Last week, the Bernstein Institute at New York University held a powerful meeting of activists and thinkers about data, algorithms and resistance. We met in the classically elegant Vanderbilt Hall, under the watchful gaze of the portraits of past NYU presidents, but the emphasis was squarely on activism: how communities can resist top-down algorithmic control, and reclaim a space for democratic decision-making.
Some speakers had reports that were starkly Orwellian. Big Brother is here already, but in many countries, he’s specifically just watching people of color, trans and queer people, migrants and poor people – through predictive policing and other algorithmic forms of control and domination.
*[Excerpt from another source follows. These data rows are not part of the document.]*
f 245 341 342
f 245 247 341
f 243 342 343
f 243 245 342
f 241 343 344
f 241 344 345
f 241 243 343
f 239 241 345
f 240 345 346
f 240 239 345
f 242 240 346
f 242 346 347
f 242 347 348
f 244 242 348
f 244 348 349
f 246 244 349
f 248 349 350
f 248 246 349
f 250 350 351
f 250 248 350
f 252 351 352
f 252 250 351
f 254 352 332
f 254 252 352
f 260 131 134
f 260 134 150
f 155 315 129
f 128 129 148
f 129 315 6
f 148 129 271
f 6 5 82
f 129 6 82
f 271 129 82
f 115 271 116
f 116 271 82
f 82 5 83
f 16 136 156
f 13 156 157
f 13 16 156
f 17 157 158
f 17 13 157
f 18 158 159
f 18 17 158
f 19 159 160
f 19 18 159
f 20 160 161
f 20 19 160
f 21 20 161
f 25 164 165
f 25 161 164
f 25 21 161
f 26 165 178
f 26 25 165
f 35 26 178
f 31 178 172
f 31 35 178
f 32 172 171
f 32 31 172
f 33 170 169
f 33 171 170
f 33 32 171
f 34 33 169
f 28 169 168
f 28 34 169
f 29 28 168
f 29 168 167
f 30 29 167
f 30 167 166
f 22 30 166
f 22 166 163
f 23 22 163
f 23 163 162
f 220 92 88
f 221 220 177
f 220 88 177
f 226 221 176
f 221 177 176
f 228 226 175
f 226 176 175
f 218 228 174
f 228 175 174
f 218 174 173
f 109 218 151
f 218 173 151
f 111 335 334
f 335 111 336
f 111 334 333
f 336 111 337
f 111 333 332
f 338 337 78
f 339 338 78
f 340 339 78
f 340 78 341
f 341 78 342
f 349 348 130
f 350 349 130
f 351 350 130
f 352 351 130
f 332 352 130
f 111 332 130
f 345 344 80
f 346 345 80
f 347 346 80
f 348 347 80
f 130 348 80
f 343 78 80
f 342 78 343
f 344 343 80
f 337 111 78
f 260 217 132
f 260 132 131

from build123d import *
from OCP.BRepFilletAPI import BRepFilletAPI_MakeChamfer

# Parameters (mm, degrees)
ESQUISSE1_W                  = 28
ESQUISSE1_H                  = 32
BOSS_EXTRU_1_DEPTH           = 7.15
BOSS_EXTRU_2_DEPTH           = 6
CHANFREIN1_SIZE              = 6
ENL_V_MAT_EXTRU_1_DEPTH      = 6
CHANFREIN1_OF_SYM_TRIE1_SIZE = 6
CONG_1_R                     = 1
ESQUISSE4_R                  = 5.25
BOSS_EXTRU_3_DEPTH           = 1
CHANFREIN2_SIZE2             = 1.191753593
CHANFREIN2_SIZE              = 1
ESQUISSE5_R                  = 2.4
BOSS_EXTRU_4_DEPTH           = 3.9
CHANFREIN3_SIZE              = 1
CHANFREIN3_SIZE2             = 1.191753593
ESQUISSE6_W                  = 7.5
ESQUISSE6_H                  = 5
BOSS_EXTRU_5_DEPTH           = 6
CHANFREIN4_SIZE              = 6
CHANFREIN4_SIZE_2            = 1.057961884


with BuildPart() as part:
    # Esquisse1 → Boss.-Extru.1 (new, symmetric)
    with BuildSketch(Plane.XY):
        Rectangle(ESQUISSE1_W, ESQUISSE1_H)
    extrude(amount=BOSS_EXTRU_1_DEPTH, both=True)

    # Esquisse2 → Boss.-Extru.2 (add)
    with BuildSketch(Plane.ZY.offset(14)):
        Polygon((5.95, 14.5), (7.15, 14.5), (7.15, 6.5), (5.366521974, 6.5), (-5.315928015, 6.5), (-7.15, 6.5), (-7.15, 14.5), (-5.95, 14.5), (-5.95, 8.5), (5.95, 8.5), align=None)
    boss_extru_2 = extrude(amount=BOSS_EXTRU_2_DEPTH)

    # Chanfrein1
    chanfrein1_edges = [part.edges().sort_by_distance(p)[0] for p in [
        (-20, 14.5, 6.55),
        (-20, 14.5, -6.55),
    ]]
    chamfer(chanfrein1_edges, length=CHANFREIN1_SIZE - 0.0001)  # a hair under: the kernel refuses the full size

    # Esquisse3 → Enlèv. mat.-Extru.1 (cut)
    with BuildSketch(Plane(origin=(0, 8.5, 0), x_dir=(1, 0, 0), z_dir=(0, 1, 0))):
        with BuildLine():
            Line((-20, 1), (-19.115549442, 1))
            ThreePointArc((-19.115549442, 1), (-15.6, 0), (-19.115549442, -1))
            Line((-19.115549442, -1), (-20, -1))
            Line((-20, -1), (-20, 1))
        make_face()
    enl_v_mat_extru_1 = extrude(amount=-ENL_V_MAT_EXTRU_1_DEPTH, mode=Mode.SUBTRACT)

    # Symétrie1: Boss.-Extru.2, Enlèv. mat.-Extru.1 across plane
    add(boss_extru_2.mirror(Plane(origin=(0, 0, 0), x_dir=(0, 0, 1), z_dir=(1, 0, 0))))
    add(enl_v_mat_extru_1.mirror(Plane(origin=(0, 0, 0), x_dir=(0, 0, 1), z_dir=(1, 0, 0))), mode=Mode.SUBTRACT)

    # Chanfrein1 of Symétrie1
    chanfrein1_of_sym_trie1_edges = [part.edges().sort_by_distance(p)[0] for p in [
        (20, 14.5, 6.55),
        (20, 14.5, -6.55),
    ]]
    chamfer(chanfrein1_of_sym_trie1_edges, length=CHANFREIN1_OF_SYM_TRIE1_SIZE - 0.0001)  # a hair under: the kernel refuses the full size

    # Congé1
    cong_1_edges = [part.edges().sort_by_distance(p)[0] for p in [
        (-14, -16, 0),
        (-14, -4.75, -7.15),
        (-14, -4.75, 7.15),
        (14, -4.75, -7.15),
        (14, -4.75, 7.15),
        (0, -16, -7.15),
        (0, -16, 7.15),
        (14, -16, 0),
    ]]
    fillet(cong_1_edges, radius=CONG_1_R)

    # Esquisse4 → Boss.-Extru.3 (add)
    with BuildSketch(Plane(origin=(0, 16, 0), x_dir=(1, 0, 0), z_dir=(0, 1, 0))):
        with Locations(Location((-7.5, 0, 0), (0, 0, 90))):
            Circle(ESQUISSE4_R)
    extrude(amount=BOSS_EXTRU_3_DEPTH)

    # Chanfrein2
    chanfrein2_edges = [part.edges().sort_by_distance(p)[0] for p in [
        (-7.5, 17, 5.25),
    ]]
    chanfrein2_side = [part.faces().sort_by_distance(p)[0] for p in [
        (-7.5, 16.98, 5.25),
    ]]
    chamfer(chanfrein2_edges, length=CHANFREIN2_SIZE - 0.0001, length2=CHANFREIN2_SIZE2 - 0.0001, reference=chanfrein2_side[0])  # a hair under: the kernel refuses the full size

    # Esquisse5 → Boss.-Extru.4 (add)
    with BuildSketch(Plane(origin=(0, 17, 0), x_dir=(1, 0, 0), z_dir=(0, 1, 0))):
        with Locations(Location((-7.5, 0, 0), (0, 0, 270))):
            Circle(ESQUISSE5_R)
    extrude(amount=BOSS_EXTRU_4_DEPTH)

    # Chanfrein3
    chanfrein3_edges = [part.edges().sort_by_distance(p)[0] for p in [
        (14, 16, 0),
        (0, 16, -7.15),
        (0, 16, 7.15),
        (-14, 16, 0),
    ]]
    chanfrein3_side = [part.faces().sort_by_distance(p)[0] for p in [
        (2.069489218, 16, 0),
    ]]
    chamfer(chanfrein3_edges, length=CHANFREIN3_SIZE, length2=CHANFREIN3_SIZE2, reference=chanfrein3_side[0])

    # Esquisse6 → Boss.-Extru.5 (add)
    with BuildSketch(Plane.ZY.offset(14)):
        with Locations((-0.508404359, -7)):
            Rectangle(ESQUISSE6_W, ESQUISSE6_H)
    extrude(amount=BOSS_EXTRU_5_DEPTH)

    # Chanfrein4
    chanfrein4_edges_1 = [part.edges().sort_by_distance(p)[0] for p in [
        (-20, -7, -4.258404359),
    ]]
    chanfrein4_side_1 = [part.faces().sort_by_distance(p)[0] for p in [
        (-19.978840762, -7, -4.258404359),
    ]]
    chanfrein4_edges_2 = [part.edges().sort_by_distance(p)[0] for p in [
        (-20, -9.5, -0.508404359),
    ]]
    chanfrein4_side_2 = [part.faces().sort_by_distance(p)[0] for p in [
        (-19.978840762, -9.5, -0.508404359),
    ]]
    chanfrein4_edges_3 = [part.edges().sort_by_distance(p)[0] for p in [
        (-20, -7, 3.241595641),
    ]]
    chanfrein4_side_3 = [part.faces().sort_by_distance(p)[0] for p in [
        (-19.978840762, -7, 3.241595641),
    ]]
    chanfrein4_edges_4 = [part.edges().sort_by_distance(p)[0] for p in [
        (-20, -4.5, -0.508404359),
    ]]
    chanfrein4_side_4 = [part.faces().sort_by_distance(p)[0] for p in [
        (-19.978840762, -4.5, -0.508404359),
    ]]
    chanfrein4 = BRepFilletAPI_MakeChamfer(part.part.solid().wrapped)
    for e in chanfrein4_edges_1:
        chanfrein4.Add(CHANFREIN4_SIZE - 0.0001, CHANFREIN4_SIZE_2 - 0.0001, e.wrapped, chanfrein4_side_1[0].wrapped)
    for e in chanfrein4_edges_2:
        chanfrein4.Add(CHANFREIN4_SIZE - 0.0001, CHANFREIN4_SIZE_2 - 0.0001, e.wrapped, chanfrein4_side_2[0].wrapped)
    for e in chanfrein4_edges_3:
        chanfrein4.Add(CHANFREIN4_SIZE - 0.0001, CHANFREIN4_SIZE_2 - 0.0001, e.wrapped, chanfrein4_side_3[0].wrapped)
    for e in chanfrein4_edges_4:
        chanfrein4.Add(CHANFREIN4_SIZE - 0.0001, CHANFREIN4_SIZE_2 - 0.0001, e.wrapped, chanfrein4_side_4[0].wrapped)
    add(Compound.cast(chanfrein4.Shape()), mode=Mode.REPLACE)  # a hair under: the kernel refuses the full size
For some affected communities, democratizing data is already a matter of survival.
Fieke Jansen spoke about predictive policing of children ages 8 to 12 in Amsterdam, while similarly, Stop LAPD Spying showed how intrusive data is used to police and control people of color and unhoused people in rapidly gentrifying areas of Los Angeles. I spoke about how cost-effectiveness software used to prioritize where health aid goes may unintentionally reinforce historical discrimination.
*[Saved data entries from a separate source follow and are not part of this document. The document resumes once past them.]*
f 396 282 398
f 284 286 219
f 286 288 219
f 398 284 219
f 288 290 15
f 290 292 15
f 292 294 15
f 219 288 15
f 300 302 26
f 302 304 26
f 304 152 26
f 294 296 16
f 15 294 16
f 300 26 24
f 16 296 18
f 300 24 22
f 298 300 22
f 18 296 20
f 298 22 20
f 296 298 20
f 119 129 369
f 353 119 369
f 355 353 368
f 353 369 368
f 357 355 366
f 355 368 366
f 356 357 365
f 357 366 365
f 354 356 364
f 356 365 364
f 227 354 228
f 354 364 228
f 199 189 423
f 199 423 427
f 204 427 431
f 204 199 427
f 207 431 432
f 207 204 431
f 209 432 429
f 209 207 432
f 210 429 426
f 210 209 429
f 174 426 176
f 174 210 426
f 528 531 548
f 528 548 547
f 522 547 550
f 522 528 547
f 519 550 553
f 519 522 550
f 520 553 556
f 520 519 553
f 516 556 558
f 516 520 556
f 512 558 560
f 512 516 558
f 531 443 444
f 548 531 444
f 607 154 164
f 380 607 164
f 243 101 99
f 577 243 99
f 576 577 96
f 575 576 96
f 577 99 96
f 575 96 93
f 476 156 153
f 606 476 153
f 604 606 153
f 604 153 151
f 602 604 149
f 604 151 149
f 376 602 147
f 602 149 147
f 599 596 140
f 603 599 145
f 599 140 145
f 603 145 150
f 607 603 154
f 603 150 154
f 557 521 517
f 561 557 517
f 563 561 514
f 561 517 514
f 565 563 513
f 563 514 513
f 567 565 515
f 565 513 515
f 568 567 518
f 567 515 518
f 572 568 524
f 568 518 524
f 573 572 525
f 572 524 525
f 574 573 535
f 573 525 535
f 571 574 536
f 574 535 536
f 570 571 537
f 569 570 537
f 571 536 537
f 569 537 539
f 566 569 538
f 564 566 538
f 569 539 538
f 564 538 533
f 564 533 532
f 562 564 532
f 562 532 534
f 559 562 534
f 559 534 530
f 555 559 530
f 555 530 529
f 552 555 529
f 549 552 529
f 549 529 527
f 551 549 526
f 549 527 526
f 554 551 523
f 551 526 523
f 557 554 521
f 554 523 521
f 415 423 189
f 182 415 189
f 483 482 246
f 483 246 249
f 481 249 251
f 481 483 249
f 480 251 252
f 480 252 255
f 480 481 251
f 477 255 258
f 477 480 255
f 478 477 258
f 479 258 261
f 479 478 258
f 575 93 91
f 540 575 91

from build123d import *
Sharon Hom had the grimmest story of all of us: an overview to how Chinese state surveillance is used to track and imprison ethnic Uyghurs in Xinjiang. She also warned that when it comes to technologies of state surveillance, “What happens in China does not stay in China.” Bob Bernstein, the institute’s founder and legendary publisher, was also a founder of Human Rights Watch and Human Rights in China. (Coincidentally, ASPI has launched an interactive map of the leading Chinese tech companies, which makes their global growth easier to see).
But activists and scholars also shared some inspiring resistance tactics. Our Data Bodies, a project of allied community organizations in three US cities, has produced tools to educate and empower communities on data, discrimination and injustice. Peter Njane spoke about effective resistance by key populations in Kenya to use of biometric data-gathering for HIV surveys, and John Waters spoke about his work at Caribbean Vulnerable Communities doing participatory action research on key populations (a study I’ve been observing in action as an ethnographer).
Other activists are reversing the lens: AI Now Institute shared their Algorithmic Accountability Policy Toolkit, and the Legal Aid Society walked us through their interactive site which maps reported police misconduct cases. In New Zealand, Maori people have mobilized to create their own indicators and data, so that they can tell government officials counter narratives that show their community’s strengths and contributions to the national economy.